TASK BRIEF ▸ Look below for the line containing "# F0 (on Front) → F1 (new body)"; from there through the line containing "Rebuilt in FreeCAD, every", both lines included, please set down each line exactly and nothing else.
**********
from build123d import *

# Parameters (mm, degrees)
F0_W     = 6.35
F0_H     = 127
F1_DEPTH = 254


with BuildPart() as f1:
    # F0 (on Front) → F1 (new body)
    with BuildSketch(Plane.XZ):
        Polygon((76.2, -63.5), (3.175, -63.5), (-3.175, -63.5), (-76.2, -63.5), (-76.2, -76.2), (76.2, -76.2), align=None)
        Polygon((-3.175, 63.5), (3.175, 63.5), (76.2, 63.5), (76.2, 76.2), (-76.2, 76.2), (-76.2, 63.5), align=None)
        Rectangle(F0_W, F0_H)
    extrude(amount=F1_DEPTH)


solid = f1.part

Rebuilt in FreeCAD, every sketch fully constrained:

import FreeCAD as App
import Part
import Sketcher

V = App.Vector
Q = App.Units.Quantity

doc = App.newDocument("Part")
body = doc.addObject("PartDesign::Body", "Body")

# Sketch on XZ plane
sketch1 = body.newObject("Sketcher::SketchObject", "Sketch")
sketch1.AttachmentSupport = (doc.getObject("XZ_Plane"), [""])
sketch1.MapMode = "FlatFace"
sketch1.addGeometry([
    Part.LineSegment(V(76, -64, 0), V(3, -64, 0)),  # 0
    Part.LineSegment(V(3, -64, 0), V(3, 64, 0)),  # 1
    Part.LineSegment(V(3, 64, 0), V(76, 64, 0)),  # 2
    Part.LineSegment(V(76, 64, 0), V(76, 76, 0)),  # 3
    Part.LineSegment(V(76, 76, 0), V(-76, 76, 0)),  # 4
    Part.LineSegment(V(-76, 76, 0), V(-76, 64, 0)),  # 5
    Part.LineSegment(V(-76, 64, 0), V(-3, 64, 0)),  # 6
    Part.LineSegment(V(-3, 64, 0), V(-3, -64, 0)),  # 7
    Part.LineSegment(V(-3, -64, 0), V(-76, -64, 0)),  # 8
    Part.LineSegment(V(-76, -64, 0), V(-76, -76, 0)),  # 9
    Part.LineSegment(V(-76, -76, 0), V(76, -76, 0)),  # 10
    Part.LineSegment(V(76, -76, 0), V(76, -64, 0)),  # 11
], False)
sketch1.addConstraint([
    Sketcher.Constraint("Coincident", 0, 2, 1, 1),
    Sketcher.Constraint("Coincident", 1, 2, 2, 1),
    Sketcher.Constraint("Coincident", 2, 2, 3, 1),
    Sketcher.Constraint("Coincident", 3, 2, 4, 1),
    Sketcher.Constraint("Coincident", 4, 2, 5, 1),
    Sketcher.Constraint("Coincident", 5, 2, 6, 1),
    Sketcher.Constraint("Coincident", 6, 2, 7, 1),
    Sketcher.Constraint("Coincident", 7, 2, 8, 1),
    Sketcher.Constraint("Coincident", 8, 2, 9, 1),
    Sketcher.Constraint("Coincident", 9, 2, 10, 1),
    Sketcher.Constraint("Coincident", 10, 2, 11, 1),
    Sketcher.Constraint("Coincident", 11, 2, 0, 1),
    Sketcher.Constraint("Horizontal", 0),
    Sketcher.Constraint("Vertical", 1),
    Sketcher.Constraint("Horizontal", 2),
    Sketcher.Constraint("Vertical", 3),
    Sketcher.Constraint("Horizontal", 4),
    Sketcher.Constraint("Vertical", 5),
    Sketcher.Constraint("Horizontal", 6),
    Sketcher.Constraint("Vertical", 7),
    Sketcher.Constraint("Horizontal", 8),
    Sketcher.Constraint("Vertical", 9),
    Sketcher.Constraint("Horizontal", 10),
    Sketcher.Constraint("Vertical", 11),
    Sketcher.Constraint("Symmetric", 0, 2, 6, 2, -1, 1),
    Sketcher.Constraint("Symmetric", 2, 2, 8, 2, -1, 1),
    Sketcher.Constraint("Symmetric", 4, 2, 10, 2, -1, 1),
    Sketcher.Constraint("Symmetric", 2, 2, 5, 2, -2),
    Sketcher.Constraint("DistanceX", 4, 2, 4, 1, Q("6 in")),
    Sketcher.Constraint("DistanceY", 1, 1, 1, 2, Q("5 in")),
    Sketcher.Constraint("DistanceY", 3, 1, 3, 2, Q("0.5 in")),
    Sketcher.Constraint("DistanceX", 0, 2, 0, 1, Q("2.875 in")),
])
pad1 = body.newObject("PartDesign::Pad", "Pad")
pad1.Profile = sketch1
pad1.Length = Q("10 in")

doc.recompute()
**********
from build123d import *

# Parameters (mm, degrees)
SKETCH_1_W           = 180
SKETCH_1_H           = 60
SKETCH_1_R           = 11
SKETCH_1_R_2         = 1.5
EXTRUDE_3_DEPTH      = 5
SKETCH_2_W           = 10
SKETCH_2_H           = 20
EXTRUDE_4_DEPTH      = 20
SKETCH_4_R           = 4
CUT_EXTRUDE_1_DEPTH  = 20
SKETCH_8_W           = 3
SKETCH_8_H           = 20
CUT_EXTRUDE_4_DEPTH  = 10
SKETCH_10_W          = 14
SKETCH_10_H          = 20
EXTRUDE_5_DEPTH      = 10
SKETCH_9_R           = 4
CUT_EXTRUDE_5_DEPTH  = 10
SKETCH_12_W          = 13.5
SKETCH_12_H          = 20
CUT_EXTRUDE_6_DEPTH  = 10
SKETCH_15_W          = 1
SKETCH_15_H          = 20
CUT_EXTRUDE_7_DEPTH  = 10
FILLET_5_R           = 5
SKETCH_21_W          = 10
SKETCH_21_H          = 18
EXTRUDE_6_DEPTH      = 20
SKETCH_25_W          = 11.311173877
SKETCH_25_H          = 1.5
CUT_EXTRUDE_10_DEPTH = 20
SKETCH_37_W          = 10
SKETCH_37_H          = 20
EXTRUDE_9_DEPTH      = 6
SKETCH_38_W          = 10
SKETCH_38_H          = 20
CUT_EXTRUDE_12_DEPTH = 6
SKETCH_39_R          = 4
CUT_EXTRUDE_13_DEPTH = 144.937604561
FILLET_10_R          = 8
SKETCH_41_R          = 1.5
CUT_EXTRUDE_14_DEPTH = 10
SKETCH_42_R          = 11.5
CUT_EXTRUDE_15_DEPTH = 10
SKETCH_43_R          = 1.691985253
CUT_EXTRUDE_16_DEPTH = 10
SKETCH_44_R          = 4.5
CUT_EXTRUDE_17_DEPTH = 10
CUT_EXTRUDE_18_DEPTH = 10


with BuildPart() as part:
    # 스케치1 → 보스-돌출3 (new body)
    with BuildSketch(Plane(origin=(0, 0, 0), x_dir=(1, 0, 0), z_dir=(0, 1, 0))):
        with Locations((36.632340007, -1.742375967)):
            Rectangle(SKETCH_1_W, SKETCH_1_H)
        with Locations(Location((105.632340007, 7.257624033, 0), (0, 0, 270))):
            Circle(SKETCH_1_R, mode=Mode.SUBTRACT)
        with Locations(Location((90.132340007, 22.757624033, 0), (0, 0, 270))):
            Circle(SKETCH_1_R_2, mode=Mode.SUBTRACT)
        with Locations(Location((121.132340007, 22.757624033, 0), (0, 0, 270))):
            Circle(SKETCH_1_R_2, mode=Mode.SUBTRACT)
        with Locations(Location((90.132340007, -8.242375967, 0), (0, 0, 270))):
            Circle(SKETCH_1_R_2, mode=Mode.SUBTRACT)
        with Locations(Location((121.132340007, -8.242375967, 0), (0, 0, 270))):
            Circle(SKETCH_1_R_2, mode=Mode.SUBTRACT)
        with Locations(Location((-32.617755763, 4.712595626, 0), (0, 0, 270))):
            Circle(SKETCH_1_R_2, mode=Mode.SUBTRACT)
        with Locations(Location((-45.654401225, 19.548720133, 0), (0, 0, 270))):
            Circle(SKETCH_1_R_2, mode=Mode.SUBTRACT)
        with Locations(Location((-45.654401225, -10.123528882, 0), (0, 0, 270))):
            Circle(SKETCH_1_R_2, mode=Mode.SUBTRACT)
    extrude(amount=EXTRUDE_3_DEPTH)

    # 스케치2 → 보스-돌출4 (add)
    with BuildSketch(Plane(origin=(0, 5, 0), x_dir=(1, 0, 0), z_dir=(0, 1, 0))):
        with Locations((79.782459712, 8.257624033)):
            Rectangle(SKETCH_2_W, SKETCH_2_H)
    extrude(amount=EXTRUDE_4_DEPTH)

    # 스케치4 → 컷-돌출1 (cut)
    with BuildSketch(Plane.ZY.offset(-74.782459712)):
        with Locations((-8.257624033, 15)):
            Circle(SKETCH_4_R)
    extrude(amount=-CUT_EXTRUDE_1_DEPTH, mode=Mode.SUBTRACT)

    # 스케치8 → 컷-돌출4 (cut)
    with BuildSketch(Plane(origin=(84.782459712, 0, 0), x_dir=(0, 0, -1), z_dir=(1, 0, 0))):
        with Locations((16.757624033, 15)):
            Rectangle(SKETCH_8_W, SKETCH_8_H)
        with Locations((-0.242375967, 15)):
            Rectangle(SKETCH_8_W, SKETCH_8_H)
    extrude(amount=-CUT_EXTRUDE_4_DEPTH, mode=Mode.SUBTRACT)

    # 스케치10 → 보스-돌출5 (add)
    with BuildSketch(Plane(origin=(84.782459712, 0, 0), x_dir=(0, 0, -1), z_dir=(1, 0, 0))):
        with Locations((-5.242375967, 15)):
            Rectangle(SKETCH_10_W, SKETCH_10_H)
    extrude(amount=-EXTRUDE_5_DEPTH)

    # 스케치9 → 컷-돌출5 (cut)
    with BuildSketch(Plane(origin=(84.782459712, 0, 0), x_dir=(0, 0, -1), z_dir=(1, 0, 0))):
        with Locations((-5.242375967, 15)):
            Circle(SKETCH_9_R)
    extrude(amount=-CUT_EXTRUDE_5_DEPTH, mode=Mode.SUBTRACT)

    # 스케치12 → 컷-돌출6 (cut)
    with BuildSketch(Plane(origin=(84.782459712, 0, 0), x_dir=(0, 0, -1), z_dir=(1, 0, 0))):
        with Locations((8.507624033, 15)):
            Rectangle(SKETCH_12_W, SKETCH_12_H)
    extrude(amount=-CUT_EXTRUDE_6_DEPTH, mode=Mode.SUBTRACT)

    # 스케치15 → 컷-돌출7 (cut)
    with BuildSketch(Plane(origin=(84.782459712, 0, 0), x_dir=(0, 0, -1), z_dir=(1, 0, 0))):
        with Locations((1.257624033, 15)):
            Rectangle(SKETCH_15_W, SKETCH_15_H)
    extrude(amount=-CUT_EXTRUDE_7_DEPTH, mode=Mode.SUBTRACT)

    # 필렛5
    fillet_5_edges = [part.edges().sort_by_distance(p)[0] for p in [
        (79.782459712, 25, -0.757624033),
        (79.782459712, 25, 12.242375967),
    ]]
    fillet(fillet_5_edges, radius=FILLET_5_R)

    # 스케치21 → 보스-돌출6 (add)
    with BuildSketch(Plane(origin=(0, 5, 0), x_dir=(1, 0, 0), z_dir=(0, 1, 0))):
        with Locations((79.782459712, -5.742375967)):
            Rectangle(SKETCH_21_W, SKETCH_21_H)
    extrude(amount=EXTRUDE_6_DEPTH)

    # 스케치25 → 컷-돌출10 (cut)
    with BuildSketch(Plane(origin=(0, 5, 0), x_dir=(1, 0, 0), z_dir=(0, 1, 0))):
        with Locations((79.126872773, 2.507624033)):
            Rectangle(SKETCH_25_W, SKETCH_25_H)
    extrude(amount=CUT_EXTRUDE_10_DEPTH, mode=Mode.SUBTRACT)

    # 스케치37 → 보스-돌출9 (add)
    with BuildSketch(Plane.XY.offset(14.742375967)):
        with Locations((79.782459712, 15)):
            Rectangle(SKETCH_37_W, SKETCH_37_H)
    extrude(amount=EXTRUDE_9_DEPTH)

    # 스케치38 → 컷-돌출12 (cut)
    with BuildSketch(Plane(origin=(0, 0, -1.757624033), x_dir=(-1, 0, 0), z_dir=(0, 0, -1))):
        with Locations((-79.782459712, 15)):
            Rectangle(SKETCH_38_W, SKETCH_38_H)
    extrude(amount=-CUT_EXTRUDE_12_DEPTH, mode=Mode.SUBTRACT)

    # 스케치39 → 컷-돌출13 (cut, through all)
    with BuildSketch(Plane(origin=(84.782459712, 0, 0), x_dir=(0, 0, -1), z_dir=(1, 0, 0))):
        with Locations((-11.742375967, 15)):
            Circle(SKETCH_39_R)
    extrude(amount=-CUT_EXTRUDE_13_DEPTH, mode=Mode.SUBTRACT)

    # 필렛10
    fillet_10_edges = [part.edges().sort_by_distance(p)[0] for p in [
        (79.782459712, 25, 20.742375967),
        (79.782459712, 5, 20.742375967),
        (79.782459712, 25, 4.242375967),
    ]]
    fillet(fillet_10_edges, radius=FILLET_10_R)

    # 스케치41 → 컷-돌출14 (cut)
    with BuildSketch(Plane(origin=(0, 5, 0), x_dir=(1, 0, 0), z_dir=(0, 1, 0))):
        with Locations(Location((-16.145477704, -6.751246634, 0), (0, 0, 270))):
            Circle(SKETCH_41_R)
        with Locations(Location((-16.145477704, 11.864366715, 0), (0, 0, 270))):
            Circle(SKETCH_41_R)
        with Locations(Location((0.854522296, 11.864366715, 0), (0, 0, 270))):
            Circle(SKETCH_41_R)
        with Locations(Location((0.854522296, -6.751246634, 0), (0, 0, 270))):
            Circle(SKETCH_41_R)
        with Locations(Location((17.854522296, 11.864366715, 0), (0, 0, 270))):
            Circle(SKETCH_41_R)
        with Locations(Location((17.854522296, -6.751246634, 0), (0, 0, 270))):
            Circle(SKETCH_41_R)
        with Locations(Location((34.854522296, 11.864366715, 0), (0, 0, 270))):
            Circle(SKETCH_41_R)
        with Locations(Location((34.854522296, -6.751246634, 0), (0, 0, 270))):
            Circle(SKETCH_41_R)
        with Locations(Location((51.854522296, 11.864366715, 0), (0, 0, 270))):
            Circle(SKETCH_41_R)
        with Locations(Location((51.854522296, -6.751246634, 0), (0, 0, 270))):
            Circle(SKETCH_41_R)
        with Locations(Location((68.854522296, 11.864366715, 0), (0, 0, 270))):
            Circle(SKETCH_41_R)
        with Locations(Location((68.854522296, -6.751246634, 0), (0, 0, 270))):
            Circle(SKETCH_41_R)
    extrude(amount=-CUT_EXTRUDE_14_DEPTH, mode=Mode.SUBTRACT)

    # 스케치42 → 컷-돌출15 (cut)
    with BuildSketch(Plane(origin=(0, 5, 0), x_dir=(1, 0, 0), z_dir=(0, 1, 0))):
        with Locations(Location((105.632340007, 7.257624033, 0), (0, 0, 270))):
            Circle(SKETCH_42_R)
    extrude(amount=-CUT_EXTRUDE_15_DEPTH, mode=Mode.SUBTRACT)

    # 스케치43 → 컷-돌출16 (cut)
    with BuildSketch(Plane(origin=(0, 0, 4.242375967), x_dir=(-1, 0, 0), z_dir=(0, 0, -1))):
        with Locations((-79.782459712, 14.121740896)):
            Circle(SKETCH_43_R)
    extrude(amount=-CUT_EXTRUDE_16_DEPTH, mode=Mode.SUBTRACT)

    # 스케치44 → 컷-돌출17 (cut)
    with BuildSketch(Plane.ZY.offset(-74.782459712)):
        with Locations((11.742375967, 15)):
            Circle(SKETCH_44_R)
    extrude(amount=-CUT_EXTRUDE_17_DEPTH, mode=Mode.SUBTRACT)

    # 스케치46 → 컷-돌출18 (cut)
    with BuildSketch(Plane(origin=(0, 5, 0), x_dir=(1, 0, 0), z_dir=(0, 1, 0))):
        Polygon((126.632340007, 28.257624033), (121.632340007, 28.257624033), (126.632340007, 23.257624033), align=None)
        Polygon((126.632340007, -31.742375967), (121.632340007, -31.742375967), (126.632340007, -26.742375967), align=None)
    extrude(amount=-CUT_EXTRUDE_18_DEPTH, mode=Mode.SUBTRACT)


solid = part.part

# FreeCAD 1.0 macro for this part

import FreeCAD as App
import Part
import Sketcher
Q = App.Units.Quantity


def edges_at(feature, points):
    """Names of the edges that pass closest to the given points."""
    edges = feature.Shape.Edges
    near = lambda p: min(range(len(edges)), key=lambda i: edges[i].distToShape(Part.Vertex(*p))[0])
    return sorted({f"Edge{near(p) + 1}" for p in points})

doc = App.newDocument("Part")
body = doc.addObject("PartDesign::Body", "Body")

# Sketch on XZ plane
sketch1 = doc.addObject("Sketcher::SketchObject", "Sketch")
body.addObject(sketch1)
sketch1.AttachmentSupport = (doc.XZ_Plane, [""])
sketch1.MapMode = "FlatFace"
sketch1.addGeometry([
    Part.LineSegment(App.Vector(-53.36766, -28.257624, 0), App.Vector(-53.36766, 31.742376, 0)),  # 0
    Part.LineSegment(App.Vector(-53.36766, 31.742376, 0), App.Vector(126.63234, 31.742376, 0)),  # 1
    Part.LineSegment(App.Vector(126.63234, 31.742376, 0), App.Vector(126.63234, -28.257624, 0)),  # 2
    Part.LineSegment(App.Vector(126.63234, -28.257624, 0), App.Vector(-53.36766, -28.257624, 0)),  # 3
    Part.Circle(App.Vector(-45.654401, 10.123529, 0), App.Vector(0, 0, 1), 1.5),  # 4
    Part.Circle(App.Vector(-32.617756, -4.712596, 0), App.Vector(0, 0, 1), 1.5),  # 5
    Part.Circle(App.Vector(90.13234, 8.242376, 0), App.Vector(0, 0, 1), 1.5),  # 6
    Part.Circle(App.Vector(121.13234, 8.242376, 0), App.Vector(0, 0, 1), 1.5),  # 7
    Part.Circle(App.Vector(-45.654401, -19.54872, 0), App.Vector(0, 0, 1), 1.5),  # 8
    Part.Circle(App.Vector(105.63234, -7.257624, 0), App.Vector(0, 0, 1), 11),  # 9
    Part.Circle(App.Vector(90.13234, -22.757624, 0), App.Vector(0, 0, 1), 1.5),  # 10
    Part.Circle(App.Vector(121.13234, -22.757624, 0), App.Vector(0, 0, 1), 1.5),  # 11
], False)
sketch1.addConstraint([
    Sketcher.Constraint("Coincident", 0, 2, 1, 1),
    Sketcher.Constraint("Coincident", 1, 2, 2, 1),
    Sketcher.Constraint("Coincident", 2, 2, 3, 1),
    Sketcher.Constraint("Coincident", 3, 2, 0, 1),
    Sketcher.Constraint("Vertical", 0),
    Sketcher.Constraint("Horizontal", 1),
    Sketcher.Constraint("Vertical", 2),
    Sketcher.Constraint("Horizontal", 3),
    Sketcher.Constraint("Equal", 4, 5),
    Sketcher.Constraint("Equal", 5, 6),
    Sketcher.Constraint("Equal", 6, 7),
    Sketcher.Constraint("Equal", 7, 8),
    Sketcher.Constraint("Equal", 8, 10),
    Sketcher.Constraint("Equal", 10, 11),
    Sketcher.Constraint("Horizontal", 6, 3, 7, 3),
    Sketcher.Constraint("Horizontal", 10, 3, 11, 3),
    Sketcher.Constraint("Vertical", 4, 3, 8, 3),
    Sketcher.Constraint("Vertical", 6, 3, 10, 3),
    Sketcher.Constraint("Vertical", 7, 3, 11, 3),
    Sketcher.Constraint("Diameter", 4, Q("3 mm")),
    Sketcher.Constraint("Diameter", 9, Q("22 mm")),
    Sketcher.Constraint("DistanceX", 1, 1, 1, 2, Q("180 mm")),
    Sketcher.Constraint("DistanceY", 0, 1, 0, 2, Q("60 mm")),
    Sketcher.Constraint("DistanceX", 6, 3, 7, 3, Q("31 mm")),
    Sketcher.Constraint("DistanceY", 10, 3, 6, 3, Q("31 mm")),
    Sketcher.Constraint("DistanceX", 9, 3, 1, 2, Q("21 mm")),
**********
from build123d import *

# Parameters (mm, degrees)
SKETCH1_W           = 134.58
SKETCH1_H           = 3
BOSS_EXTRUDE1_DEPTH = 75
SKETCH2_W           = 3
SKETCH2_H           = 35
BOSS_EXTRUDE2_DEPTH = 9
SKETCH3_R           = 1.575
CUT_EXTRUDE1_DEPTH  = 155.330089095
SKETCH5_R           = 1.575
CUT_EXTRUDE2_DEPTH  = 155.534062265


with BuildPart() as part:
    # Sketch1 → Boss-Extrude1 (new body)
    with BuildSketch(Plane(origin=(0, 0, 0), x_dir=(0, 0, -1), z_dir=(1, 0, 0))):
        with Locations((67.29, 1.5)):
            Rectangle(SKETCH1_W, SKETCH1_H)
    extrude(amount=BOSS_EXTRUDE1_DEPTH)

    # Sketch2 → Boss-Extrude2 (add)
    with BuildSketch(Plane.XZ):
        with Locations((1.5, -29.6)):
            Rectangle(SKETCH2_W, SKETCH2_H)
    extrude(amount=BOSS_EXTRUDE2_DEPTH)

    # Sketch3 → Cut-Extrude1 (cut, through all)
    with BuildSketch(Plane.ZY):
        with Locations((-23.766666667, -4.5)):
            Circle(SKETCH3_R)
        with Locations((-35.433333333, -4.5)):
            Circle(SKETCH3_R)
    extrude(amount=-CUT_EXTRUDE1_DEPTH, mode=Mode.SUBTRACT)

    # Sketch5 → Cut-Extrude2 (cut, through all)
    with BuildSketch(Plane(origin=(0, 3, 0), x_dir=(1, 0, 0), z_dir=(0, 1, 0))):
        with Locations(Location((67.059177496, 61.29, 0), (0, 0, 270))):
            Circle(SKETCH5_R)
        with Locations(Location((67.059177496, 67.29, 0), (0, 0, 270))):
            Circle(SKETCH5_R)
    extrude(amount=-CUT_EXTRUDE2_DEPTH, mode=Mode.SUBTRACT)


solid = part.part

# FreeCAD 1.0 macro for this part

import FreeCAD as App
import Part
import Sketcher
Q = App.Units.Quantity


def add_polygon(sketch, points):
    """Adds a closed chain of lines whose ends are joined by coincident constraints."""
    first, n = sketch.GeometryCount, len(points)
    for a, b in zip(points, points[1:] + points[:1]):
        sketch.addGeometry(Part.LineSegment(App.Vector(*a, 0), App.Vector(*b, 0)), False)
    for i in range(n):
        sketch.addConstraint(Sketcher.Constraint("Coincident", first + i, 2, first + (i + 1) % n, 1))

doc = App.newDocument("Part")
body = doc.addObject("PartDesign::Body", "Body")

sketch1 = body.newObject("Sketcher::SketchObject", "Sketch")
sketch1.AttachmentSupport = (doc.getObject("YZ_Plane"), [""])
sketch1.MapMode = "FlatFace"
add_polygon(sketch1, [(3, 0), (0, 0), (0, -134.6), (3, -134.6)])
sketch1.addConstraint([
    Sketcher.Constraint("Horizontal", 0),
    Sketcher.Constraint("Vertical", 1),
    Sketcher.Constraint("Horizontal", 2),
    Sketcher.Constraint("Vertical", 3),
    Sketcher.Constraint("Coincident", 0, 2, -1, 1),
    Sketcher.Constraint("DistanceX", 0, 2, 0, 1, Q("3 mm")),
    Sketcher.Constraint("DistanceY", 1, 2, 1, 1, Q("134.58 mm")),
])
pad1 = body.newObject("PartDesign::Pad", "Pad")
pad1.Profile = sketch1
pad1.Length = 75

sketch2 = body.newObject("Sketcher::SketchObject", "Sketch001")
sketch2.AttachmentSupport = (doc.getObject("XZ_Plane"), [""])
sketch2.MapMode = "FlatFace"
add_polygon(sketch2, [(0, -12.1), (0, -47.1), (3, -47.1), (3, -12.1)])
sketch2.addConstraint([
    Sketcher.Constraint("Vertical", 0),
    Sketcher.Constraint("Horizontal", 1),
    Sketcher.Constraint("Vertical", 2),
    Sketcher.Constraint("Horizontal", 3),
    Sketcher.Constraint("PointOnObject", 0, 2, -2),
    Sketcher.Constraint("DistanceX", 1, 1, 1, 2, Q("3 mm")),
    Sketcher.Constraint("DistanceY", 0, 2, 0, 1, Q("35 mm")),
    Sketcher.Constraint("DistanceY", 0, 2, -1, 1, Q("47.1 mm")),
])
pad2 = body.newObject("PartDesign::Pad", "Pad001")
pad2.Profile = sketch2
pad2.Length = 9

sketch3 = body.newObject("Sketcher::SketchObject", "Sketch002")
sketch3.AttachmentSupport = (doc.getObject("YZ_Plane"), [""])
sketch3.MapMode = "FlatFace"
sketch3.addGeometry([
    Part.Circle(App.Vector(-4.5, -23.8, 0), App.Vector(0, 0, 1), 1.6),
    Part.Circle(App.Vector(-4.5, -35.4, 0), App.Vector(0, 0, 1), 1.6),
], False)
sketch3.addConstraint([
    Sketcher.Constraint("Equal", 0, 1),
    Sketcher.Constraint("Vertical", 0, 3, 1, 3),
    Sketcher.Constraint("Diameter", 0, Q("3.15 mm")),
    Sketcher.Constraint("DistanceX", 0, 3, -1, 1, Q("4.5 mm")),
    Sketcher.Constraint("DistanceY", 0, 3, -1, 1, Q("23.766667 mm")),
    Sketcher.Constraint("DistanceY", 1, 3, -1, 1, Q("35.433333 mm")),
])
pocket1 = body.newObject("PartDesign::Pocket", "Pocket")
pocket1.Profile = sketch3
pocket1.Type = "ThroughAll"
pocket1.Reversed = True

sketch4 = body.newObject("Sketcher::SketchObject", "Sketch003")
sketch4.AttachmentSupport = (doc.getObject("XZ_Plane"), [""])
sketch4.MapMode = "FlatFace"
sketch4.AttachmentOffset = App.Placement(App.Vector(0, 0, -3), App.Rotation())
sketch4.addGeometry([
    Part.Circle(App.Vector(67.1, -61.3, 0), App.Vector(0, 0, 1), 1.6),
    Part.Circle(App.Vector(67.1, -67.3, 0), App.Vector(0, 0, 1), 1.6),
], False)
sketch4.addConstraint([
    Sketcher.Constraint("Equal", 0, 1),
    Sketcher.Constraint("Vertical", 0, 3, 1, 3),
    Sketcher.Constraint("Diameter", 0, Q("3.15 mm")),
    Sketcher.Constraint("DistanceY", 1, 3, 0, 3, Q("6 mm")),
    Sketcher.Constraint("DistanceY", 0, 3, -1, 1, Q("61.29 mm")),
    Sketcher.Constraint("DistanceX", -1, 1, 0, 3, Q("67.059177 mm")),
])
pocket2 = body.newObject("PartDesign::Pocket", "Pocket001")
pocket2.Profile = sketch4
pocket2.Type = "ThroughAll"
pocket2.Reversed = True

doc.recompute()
**********
REPLY ▸
    # F0 (on Front) → F1 (new body)
    with BuildSketch(Plane.XZ):
        Polygon((76.2, -63.5), (3.175, -63.5), (-3.175, -63.5), (-76.2, -63.5), (-76.2, -76.2), (76.2, -76.2), align=None)
        Polygon((-3.175, 63.5), (3.175, 63.5), (76.2, 63.5), (76.2, 76.2), (-76.2, 76.2), (-76.2, 63.5), align=None)
        Rectangle(F0_W, F0_H)
    extrude(amount=F1_DEPTH)


solid = f1.part

Rebuilt in FreeCAD, every sketch fully constrained:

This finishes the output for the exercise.